Reflections, I’ve had a few

 I apologize for posting late today–life intervened last week in the form of some surgery that is basically a tweak to some brain rewiring I had done a few years ago. (Anyone interested in the details can click here.)

The surgical tweak I had done last week went fine, but it has imposed a few constraints on my life. For the next few weeks I’m not allowed to drive; turn my head; walk faster than a snail on a hot sidewalk; wear contacts or glasses, which means I’m basically as blind as a cave fish. (I did some research to find which critter is the blindest of the blind in the Animal Kingdom, and it appears to be the cave fish. Let me know if you discover some critter that’s even more myopic than my fishy friend. You never know when that kind of IFNWK (Interesting Fact Not Worth Knowing) might come in handy in your writing.

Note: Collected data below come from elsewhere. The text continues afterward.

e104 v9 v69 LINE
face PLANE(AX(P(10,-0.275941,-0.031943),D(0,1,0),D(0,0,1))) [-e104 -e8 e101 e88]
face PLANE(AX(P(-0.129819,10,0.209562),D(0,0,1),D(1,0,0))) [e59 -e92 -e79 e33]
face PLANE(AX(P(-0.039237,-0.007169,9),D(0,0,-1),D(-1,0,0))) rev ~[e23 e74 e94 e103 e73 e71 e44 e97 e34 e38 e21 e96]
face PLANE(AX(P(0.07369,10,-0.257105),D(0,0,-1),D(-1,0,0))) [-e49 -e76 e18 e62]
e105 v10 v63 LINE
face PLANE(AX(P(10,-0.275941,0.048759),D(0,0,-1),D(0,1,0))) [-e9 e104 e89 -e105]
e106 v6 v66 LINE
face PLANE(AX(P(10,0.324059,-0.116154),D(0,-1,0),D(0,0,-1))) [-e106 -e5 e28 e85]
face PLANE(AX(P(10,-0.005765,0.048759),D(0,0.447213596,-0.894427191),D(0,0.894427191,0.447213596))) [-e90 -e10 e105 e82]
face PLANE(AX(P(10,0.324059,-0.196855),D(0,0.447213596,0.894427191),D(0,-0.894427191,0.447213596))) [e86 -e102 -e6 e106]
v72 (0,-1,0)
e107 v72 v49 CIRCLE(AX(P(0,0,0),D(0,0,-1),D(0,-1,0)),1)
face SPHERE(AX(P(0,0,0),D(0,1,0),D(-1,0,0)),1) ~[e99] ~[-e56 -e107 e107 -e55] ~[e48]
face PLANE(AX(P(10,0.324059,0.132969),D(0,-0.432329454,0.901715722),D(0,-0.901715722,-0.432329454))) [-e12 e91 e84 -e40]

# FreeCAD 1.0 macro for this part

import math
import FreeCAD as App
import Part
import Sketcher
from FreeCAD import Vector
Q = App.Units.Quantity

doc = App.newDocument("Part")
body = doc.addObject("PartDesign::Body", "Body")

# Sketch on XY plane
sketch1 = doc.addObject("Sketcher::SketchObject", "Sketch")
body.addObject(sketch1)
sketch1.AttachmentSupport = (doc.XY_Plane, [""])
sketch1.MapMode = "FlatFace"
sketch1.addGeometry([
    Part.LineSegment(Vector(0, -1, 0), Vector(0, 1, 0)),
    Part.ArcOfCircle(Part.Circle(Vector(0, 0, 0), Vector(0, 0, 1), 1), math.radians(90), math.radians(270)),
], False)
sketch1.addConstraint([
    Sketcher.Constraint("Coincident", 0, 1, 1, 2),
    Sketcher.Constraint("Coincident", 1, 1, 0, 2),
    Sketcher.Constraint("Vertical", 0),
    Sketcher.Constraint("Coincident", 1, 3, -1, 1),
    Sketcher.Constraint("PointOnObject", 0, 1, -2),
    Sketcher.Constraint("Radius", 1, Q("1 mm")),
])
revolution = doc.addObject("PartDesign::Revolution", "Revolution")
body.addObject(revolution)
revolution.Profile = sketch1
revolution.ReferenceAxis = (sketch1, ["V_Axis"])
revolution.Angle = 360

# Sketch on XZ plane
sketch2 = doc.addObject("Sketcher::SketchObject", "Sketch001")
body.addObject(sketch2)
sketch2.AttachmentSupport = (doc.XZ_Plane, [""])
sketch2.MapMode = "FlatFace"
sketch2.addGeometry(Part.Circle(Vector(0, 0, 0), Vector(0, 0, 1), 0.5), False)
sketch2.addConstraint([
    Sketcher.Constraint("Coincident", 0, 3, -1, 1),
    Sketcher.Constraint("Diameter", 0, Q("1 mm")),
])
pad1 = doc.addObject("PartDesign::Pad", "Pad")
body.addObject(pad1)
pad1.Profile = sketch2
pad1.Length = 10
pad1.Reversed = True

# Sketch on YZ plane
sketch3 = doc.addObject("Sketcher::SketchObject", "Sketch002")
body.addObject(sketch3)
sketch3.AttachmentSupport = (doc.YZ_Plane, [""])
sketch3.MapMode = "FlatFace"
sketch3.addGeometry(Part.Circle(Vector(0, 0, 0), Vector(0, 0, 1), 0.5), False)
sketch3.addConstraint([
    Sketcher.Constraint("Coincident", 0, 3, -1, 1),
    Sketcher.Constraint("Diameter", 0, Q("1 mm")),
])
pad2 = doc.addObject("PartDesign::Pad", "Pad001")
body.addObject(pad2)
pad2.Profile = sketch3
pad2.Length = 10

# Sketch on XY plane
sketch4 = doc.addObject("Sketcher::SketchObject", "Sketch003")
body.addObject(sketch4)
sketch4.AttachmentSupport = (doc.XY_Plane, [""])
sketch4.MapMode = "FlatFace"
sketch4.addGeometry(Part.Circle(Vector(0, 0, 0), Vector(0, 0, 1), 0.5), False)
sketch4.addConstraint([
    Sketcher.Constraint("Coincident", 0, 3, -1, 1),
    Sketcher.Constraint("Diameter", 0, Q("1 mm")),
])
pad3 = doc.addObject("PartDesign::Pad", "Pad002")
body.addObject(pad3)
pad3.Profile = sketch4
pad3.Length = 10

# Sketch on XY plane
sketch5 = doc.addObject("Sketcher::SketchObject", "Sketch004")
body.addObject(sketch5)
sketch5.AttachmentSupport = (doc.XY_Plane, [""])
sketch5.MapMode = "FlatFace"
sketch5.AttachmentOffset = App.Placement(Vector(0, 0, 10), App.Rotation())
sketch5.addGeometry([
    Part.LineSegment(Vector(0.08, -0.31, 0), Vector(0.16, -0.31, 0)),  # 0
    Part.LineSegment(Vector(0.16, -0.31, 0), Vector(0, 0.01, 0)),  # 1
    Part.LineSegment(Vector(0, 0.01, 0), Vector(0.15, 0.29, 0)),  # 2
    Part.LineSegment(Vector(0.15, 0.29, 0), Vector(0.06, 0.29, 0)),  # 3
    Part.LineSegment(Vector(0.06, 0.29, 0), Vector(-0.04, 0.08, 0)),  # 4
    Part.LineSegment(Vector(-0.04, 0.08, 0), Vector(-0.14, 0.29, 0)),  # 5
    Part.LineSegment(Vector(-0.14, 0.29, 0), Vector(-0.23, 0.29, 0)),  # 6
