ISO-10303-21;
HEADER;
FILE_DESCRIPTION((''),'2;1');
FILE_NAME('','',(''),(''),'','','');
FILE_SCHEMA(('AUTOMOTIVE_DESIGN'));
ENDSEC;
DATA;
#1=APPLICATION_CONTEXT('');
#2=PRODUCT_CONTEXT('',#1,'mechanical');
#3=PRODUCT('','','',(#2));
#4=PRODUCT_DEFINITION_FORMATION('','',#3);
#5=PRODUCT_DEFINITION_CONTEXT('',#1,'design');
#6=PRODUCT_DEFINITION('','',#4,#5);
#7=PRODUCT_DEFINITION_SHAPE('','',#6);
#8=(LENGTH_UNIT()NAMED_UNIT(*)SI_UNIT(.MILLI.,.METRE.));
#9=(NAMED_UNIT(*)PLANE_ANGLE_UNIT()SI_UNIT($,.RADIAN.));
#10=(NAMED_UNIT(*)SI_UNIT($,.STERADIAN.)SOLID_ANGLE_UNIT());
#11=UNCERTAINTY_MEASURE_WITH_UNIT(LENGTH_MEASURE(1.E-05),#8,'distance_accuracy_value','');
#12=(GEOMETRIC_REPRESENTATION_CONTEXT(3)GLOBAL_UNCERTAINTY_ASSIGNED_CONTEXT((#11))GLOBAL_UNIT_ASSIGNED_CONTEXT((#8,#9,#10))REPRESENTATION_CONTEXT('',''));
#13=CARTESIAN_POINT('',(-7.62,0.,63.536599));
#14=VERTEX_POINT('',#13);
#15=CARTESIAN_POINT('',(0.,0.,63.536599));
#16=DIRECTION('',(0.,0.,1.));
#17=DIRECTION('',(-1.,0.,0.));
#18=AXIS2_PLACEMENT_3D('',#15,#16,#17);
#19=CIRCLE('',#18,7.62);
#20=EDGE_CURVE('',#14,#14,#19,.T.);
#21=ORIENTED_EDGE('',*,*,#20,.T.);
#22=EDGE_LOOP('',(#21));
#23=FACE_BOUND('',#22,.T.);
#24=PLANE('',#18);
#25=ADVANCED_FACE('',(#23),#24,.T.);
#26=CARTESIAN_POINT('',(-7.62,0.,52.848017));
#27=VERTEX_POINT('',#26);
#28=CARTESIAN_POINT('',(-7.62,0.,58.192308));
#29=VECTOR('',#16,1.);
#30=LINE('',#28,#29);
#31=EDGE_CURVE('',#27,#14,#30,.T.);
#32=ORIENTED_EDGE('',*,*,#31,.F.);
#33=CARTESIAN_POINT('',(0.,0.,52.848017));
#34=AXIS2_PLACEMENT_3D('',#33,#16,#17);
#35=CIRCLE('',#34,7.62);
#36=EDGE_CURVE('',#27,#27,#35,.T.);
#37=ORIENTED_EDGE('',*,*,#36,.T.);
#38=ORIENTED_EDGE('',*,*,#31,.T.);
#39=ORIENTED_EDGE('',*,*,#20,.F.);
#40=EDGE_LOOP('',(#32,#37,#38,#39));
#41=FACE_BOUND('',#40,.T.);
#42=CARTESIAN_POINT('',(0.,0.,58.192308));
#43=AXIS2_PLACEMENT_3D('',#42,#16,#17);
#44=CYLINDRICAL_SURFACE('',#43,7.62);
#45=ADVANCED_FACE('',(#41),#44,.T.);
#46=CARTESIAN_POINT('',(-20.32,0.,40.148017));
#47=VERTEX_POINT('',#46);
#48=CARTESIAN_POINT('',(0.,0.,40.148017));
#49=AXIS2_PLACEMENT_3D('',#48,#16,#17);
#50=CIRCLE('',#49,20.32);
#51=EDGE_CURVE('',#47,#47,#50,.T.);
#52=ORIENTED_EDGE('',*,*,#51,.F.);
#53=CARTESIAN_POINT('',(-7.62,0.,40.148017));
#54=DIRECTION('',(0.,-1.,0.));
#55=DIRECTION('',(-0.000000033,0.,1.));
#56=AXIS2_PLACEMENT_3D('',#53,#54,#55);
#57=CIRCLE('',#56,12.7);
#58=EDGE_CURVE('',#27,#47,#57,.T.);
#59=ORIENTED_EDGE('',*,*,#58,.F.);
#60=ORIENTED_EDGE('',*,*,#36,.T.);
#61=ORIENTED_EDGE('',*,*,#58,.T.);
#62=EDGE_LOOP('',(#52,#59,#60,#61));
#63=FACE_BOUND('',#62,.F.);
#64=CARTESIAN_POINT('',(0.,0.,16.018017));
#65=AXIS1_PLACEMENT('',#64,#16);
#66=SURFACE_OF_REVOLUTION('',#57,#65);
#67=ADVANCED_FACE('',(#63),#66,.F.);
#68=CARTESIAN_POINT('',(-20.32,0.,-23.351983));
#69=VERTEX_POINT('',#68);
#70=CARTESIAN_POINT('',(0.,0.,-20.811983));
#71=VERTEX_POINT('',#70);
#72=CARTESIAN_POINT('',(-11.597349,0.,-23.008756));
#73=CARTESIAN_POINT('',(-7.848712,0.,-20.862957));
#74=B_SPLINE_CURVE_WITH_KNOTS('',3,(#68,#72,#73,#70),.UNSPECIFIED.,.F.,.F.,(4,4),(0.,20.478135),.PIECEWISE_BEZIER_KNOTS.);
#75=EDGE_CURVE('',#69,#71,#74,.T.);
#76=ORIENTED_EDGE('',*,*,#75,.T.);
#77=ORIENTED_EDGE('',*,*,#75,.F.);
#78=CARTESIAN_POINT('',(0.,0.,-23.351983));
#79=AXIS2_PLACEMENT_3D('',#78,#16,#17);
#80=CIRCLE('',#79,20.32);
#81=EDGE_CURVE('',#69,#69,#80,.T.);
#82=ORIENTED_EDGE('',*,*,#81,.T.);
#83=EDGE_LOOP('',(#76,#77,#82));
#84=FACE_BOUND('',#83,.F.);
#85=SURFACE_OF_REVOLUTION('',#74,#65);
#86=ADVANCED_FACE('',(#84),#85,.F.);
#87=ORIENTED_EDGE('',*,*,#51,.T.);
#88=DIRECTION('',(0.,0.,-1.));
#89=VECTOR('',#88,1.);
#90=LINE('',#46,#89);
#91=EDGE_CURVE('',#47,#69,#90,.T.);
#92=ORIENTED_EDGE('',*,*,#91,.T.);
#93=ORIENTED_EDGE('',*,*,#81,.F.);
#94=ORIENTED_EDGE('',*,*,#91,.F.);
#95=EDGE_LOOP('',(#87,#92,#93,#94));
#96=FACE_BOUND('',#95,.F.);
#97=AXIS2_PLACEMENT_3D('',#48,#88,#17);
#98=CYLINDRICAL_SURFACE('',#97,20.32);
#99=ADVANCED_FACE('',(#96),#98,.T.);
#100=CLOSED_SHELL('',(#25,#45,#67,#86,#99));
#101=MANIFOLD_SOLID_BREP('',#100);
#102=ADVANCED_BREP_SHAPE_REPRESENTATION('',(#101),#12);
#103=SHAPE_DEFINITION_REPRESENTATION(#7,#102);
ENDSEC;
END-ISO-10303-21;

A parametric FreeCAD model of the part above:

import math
import FreeCAD as App
import Part
import Sketcher

V = App.Vector
Q = App.Units.Quantity

doc = App.newDocument("Part")
body = doc.addObject("PartDesign::Body", "Body")

# Sketch on XZ plane
sketch1 = doc.addObject("Sketcher::SketchObject", "Sketch")
body.addObject(sketch1)
sketch1.AttachmentSupport = (doc.XZ_Plane, [""])
sketch1.MapMode = "FlatFace"
sketch1.addGeometry([
    Part.BSplineCurve([V(-20.32, -23.351983, 0), V(-11.597349, -23.008756, 0), V(-7.848712, -20.862957, 0), V(0, -20.811983, 0)], [4, 4], [0, 20.478135], False, 3, [1, 1, 1, 1], False),  # 0
    Part.LineSegment(V(0, -20.811983, 0), V(0, 63.536599, 0)),  # 1
    Part.LineSegment(V(0, 63.536599, 0), V(-7.62, 63.536599, 0)),  # 2
    Part.LineSegment(V(-7.62, 63.536599, 0), V(-7.62, 52.848017, 0)),  # 3
    Part.ArcOfCircle(Part.Circle(V(-7.62, 40.148017, 0), V(0, 0, 1), 12.7), math.radians(90.000002), math.radians(179.999998)),  # 4
    Part.LineSegment(V(-20.32, 40.148017, 0), V(-20.32, -23.351983, 0)),  # 5
], False)
sketch1.addConstraint([
    Sketcher.Constraint("Block", 0),
    Sketcher.Constraint("Coincident", 0, 2, 1, 1),
    Sketcher.Constraint("Coincident", 1, 2, 2, 1),
    Sketcher.Constraint("Coincident", 2, 2, 3, 1),
    Sketcher.Constraint("Coincident", 3, 2, 4, 1),
    Sketcher.Constraint("Tangent", 4, 2, 5, 1),
    Sketcher.Constraint("Coincident", 5, 2, 0, 1),
    Sketcher.Constraint("Vertical", 1),
    Sketcher.Constraint("Horizontal", 2),
    Sketcher.Constraint("Vertical", 3),
    Sketcher.Constraint("Vertical", 5),
    Sketcher.Constraint("Vertical", 4, 3, 2, 2),
    Sketcher.Constraint("Radius", 4, Q("0.5 in")),
    Sketcher.Constraint("DistanceY", 5, 2, 5, 1, Q("2.5 in")),
    Sketcher.Constraint("DistanceY", -1, 1, 1, 2, Q("63.536599 mm")),
])
revolution = doc.addObject("PartDesign::Revolution", "Revolution")
body.addObject(revolution)
revolution.Profile = sketch1
revolution.ReferenceAxis = (sketch1, ["V_Axis"])
revolution.Angle = 360

doc.recompute()
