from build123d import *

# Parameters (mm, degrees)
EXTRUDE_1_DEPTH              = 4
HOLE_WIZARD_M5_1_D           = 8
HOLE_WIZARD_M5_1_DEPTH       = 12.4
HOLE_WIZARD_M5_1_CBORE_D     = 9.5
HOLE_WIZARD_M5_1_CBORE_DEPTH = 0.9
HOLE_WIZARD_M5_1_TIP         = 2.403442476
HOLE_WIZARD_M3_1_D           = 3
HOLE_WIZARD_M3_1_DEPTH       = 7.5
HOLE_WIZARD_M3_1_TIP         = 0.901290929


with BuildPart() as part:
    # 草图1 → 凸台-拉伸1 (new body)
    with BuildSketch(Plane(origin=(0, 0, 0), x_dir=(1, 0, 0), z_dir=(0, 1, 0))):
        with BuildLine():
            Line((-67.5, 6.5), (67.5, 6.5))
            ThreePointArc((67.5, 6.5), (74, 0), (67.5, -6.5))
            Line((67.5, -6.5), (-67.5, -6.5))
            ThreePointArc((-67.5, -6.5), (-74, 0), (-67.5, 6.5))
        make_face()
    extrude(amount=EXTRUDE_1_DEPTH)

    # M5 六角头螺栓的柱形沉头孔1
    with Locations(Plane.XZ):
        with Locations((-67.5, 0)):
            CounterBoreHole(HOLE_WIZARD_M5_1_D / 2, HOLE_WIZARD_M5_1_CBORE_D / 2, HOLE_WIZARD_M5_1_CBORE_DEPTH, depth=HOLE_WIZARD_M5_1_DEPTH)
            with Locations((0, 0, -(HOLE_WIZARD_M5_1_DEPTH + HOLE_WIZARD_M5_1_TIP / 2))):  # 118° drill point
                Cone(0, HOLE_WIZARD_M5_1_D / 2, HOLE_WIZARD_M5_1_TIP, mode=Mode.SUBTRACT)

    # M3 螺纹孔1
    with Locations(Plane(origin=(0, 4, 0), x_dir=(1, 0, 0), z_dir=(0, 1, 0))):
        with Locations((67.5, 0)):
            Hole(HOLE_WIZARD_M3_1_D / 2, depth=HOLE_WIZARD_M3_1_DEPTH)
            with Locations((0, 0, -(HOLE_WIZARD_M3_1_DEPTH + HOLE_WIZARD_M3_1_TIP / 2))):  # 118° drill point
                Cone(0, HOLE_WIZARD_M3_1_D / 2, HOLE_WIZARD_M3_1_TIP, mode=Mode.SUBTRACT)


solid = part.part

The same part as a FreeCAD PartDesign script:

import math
import FreeCAD as App
import Part
import Sketcher

doc = App.newDocument("Part")
body = doc.addObject("PartDesign::Body", "Body")

# Sketch on XZ plane
sketch1 = doc.addObject("Sketcher::SketchObject", "Sketch")
body.addObject(sketch1)
sketch1.AttachmentSupport = (doc.XZ_Plane, [""])
sketch1.MapMode = "FlatFace"
sketch1.addGeometry(Part.LineSegment(App.Vector(68, -6, 0), App.Vector(-68, -6, 0)), False)
sketch1.addGeometry(Part.ArcOfCircle(Part.Circle(App.Vector(-68, 0, 0), App.Vector(0, 0, 1), 6), math.radians(90), math.radians(270)), False)
sketch1.addGeometry(Part.LineSegment(App.Vector(-68, 6, 0), App.Vector(68, 6, 0)), False)
sketch1.addGeometry(Part.ArcOfCircle(Part.Circle(App.Vector(68, 0, 0), App.Vector(0, 0, 1), 6), math.radians(-90), math.radians(90)), False)
sketch1.addConstraint(Sketcher.Constraint("Tangent", 0, 2, 1, 2))
sketch1.addConstraint(Sketcher.Constraint("Tangent", 1, 1, 2, 1))
sketch1.addConstraint(Sketcher.Constraint("Tangent", 2, 2, 3, 2))
sketch1.addConstraint(Sketcher.Constraint("Tangent", 3, 1, 0, 1))
sketch1.addConstraint(Sketcher.Constraint("Horizontal", 0))
sketch1.addConstraint(Sketcher.Constraint("Horizontal", 2))
sketch1.addConstraint(Sketcher.Constraint("Symmetric", 1, 3, 3, 3, -1, 1))
sketch1.addConstraint(Sketcher.Constraint("Radius", 1, 6.5))
sketch1.addConstraint(Sketcher.Constraint("DistanceX", 0, 2, 0, 1, 135.0))
pad1 = doc.addObject("PartDesign::Pad", "Pad")
body.addObject(pad1)
pad1.Profile = sketch1
pad1.Length = 4
pad1.Reversed = True

# Sketch on XZ plane
sketch2 = doc.addObject("Sketcher::SketchObject", "Sketch001")
body.addObject(sketch2)
sketch2.AttachmentSupport = (doc.XZ_Plane, [""])
sketch2.MapMode = "FlatFace"
sketch2.addGeometry(Part.Circle(App.Vector(-67.5, 0, 0), App.Vector(0, 0, 1), 4), False)
sketch2.addConstraint(Sketcher.Constraint("PointOnObject", 0, 3, -1))
sketch2.addConstraint(Sketcher.Constraint("Diameter", 0, 8.0))
sketch2.addConstraint(Sketcher.Constraint("DistanceX", 0, 3, -1, 1, 67.5))
doc.recompute()
hole = doc.addObject("PartDesign::Hole", "Hole")
body.addObject(hole)
hole.Profile = sketch2
hole.ThreadType = "None"
hole.Diameter = 8
hole.DepthType = "Dimension"
hole.Depth = 12.4
hole.DrillPoint = "Angled"
hole.DrillPointAngle = 118
hole.HoleCutType = "Counterbore"
hole.HoleCutDiameter = 9.5
hole.HoleCutDepth = 0.9

# Sketch on XZ plane
sketch3 = doc.addObject("Sketcher::SketchObject", "Sketch002")
body.addObject(sketch3)
sketch3.AttachmentSupport = (doc.XZ_Plane, [""])
sketch3.MapMode = "FlatFace"
sketch3.AttachmentOffset = App.Placement(App.Vector(0, 0, -4), App.Rotation())
sketch3.addGeometry(Part.Circle(App.Vector(67.5, 0, 0), App.Vector(0, 0, 1), 1.5), False)
sketch3.addConstraint(Sketcher.Constraint("PointOnObject", 0, 3, -1))
sketch3.addConstraint(Sketcher.Constraint("Diameter", 0, 3.0))
sketch3.addConstraint(Sketcher.Constraint("DistanceX", -1, 1, 0, 3, 67.5))
doc.recompute()
hole2 = doc.addObject("PartDesign::Hole", "Hole001")
body.addObject(hole2)
hole2.Profile = sketch3
hole2.ThreadType = "None"
hole2.Diameter = 3
hole2.DepthType = "Dimension"
hole2.Depth = 7.5
hole2.DrillPoint = "Angled"
hole2.DrillPointAngle = 118
hole2.Reversed = True

doc.recompute()
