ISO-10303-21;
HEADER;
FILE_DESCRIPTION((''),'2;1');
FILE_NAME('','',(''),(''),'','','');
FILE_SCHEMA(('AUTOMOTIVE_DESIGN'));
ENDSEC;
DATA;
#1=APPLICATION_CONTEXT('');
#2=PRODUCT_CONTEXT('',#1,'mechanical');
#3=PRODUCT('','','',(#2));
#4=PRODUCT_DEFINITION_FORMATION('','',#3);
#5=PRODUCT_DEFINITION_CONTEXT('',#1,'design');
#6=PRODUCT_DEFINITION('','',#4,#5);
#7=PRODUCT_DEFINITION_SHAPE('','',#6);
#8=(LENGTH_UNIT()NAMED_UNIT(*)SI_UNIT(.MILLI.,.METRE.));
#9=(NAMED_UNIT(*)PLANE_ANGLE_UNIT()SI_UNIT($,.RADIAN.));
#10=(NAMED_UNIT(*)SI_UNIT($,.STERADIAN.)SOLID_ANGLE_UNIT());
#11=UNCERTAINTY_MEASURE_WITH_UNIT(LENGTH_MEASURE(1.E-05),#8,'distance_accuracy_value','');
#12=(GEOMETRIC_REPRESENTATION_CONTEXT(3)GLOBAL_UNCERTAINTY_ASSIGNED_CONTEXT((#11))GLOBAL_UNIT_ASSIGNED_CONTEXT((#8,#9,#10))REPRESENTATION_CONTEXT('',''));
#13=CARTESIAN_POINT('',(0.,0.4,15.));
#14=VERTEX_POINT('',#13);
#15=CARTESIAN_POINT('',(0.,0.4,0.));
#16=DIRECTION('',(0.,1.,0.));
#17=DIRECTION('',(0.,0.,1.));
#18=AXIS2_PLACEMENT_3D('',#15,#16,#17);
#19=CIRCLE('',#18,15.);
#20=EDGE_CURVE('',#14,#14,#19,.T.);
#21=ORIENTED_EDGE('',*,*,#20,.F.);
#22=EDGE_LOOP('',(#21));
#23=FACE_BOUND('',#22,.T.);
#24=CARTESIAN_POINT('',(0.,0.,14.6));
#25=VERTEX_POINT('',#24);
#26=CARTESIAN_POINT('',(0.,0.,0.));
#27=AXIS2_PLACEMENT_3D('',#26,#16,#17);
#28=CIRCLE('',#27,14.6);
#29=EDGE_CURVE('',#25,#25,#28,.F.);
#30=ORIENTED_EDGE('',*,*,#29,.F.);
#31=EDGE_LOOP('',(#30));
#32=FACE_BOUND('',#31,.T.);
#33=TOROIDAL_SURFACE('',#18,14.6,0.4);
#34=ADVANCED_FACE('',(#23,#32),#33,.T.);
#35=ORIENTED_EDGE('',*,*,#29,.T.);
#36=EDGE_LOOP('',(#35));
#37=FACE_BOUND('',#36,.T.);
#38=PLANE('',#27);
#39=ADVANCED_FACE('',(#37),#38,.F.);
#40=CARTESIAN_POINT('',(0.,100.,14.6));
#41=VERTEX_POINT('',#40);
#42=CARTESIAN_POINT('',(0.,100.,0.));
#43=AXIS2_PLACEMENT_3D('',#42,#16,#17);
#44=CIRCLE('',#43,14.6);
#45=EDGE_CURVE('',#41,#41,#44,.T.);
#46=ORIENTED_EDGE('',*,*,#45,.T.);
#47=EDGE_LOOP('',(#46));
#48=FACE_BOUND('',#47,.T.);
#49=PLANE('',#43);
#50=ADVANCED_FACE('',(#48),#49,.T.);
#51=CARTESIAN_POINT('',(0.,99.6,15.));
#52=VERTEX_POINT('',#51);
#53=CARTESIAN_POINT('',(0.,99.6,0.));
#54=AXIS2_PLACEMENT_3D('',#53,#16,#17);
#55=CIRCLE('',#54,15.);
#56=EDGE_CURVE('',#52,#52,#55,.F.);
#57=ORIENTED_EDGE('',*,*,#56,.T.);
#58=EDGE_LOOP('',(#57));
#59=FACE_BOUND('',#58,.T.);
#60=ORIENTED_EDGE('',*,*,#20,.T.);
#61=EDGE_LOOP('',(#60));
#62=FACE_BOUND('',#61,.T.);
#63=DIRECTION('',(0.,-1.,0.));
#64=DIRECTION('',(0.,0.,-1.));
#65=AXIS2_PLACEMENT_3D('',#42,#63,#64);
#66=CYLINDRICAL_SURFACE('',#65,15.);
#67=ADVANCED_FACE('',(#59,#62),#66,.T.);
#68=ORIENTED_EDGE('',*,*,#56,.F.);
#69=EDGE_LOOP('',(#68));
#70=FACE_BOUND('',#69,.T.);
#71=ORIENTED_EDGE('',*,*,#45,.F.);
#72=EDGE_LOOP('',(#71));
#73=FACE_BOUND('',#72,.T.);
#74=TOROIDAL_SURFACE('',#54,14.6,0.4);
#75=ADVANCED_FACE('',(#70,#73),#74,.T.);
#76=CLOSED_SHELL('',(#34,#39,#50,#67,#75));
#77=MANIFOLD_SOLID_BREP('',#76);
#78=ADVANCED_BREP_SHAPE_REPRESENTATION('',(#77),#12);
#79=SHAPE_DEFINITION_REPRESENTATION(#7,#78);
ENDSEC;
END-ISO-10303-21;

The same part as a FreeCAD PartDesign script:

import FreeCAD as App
import Part
import Sketcher


def edges_at(feature, points):
    """Names of the edges that pass closest to the given points."""
    edges = feature.Shape.Edges
    near = lambda p: min(range(len(edges)), key=lambda i: edges[i].distToShape(Part.Vertex(*p))[0])
    return sorted({f"Edge{near(p) + 1}" for p in points})

doc = App.newDocument("Part")
body = doc.addObject("PartDesign::Body", "Body")

# Sketch on XZ plane
sketch1 = doc.addObject("Sketcher::SketchObject", "Sketch")
body.addObject(sketch1)
sketch1.AttachmentSupport = (doc.XZ_Plane, [""])
sketch1.MapMode = "FlatFace"
sketch1.addGeometry(Part.Circle(App.Vector(0, 0, 0), App.Vector(0, 0, 1), 15), False)
sketch1.addConstraint(Sketcher.Constraint("Coincident", 0, 3, -1, 1))
sketch1.addConstraint(Sketcher.Constraint("Diameter", 0, 30.0))
pad1 = doc.addObject("PartDesign::Pad", "Pad")
body.addObject(pad1)
pad1.Profile = sketch1
pad1.Length = 100
pad1.Reversed = True
doc.recompute()

fillet = doc.addObject("PartDesign::Fillet", "Fillet")
body.addObject(fillet)
fillet.Base = (pad1, edges_at(pad1, [(-15, 0, 0), (-15, 100, 0)]))
fillet.Radius = 0.4

doc.recompute()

The upside to this whole experience is that the surgeons have flung open the doors of the locker of Happy Drugs. So my mood is quite cheerful, although my writing seems to have gone on a wee little vacay. I’m thinking I’ll give it 10 days before I call the Writing Police to wrangle that little mongrel called discipline back into my brain.

I just reread that last line, and I suspect the docs have given me just a few too many Happy pills today. So I’ll leave you with a question: Have you ever had a physical issue that brought life to a screeching halt, and did it affect your writing? How did you find the road back, and what helped you the most?

35 thoughts on “Reflections, I’ve had a few

  1. Take care of yourself and best wishes for a speedy recovery! I’ve only once had something that brought everything to a screeching halt. A horrible and weird onset of vertigo which meant if I moved my head at all I felt instantly dizzy and nauseous. It meant a few days of immovability while the docs figured it out and gave me an antihistamine used for severe sea-sickness. Then I was just in a drug induced torpor until, just as quickly and as strangely as the episode had come on, it resolved itself. No writing was done at all needless to say!

    • Vertigo and I are old friends, Clare. In fact it was an attack of vertigo and migraine that finally got the docs to do the MRI a few years back that revealed the hydrocephalus. (Not saying that’s what you have, heaven forbid!) Thanks for the good wishes!

  2. At risk of TMI, I had colon resection surgery two years ago. It was elective but major-category and doc told me to expect to be useless for 4-5 weeks. I didn’t believe him and stupidly, at 5 weeks post, went to Michigan and helped my sister move in a snowstorm. Ended up back in bed with orders not to move. No writing for weeks, depression over inactivity (I am a daily runner). Really lost a lot of time career-wise in a blue funk.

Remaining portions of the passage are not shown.